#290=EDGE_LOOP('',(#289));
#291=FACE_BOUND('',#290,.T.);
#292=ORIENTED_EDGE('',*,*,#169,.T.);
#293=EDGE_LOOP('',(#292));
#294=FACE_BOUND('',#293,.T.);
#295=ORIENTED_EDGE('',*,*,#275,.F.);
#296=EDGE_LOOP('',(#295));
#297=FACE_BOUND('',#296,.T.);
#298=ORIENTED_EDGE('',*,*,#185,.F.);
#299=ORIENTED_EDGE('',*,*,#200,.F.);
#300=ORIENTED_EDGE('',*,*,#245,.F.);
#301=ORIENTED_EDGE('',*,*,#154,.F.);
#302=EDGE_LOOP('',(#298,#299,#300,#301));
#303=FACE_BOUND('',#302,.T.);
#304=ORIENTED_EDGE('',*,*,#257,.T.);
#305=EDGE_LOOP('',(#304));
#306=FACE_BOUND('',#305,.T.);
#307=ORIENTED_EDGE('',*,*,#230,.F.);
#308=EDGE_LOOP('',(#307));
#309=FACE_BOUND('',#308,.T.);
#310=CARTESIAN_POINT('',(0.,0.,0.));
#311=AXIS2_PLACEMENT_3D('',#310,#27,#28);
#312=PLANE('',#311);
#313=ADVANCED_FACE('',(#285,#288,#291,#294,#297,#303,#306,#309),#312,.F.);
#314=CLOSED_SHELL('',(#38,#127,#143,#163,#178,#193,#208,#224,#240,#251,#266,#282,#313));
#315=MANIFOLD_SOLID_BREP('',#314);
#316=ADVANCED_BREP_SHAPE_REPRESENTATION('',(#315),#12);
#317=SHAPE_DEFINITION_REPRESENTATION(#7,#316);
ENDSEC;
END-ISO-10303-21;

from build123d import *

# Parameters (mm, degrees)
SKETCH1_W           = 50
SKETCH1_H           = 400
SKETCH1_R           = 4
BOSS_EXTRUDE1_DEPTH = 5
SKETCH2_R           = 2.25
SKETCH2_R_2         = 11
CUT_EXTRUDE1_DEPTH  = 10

━━━━━━━━━━━━━━━━━━━━

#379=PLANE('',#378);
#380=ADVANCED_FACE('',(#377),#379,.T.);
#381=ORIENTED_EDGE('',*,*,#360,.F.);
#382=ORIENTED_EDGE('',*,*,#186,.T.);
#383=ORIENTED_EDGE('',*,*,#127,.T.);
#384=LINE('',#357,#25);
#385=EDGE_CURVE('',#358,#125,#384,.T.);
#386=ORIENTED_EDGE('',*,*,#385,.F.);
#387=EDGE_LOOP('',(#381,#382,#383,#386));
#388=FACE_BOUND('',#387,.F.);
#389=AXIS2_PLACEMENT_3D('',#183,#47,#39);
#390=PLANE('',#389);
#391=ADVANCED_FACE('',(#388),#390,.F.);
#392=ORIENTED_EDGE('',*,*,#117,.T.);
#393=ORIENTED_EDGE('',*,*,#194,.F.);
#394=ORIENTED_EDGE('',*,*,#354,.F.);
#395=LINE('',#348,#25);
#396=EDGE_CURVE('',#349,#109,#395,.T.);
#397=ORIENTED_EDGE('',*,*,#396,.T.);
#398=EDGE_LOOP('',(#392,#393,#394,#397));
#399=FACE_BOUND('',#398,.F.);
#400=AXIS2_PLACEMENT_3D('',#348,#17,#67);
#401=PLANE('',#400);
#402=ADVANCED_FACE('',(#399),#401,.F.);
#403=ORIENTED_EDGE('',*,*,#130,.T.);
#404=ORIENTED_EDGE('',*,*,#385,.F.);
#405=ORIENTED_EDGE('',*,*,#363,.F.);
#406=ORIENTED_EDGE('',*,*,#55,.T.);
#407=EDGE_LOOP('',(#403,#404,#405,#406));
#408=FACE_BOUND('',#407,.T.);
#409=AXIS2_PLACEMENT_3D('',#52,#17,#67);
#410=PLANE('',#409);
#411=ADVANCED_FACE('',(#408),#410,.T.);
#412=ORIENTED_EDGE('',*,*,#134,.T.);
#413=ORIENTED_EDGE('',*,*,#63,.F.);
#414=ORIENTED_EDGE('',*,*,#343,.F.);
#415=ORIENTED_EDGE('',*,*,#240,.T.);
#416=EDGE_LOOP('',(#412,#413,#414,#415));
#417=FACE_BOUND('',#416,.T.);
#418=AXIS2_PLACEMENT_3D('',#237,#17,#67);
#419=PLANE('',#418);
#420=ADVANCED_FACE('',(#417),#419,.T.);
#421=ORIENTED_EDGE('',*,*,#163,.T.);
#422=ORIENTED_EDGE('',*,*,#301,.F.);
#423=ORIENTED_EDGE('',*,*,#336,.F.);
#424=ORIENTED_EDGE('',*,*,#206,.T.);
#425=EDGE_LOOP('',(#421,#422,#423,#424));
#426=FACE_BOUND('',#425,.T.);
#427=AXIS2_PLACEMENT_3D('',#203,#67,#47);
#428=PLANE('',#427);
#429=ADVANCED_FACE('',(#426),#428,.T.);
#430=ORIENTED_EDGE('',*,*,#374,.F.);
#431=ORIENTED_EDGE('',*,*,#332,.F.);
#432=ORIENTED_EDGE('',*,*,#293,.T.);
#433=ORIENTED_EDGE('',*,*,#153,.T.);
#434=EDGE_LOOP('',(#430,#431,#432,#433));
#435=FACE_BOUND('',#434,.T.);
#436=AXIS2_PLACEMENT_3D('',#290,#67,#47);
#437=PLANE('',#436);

━━━━━━━━━━━━━━━━━━━━

> What this task involves: Only the lines from the one containing "#408=FACE_BOUND('',#407,.T.);" through the one containing "#437=PLANE('',#436);" are to be retyped, both boundary lines included, with no other material.

> Reply to the task:
#408=FACE_BOUND('',#407,.T.);
#409=AXIS2_PLACEMENT_3D('',#52,#17,#67);
#410=PLANE('',#409);
#411=ADVANCED_FACE('',(#408),#410,.T.);
#412=ORIENTED_EDGE('',*,*,#134,.T.);
#413=ORIENTED_EDGE('',*,*,#63,.F.);
#414=ORIENTED_EDGE('',*,*,#343,.F.);
#415=ORIENTED_EDGE('',*,*,#240,.T.);
#416=EDGE_LOOP('',(#412,#413,#414,#415));
#417=FACE_BOUND('',#416,.T.);
#418=AXIS2_PLACEMENT_3D('',#237,#17,#67);
#419=PLANE('',#418);
#420=ADVANCED_FACE('',(#417),#419,.T.);
#421=ORIENTED_EDGE('',*,*,#163,.T.);
#422=ORIENTED_EDGE('',*,*,#301,.F.);
#423=ORIENTED_EDGE('',*,*,#336,.F.);
#424=ORIENTED_EDGE('',*,*,#206,.T.);
#425=EDGE_LOOP('',(#421,#422,#423,#424));
#426=FACE_BOUND('',#425,.T.);
#427=AXIS2_PLACEMENT_3D('',#203,#67,#47);
#428=PLANE('',#427);
#429=ADVANCED_FACE('',(#426),#428,.T.);
#430=ORIENTED_EDGE('',*,*,#374,.F.);
#431=ORIENTED_EDGE('',*,*,#332,.F.);
#432=ORIENTED_EDGE('',*,*,#293,.T.);
#433=ORIENTED_EDGE('',*,*,#153,.T.);
#434=EDGE_LOOP('',(#430,#431,#432,#433));
#435=FACE_BOUND('',#434,.T.);
#436=AXIS2_PLACEMENT_3D('',#290,#67,#47);
#437=PLANE('',#436);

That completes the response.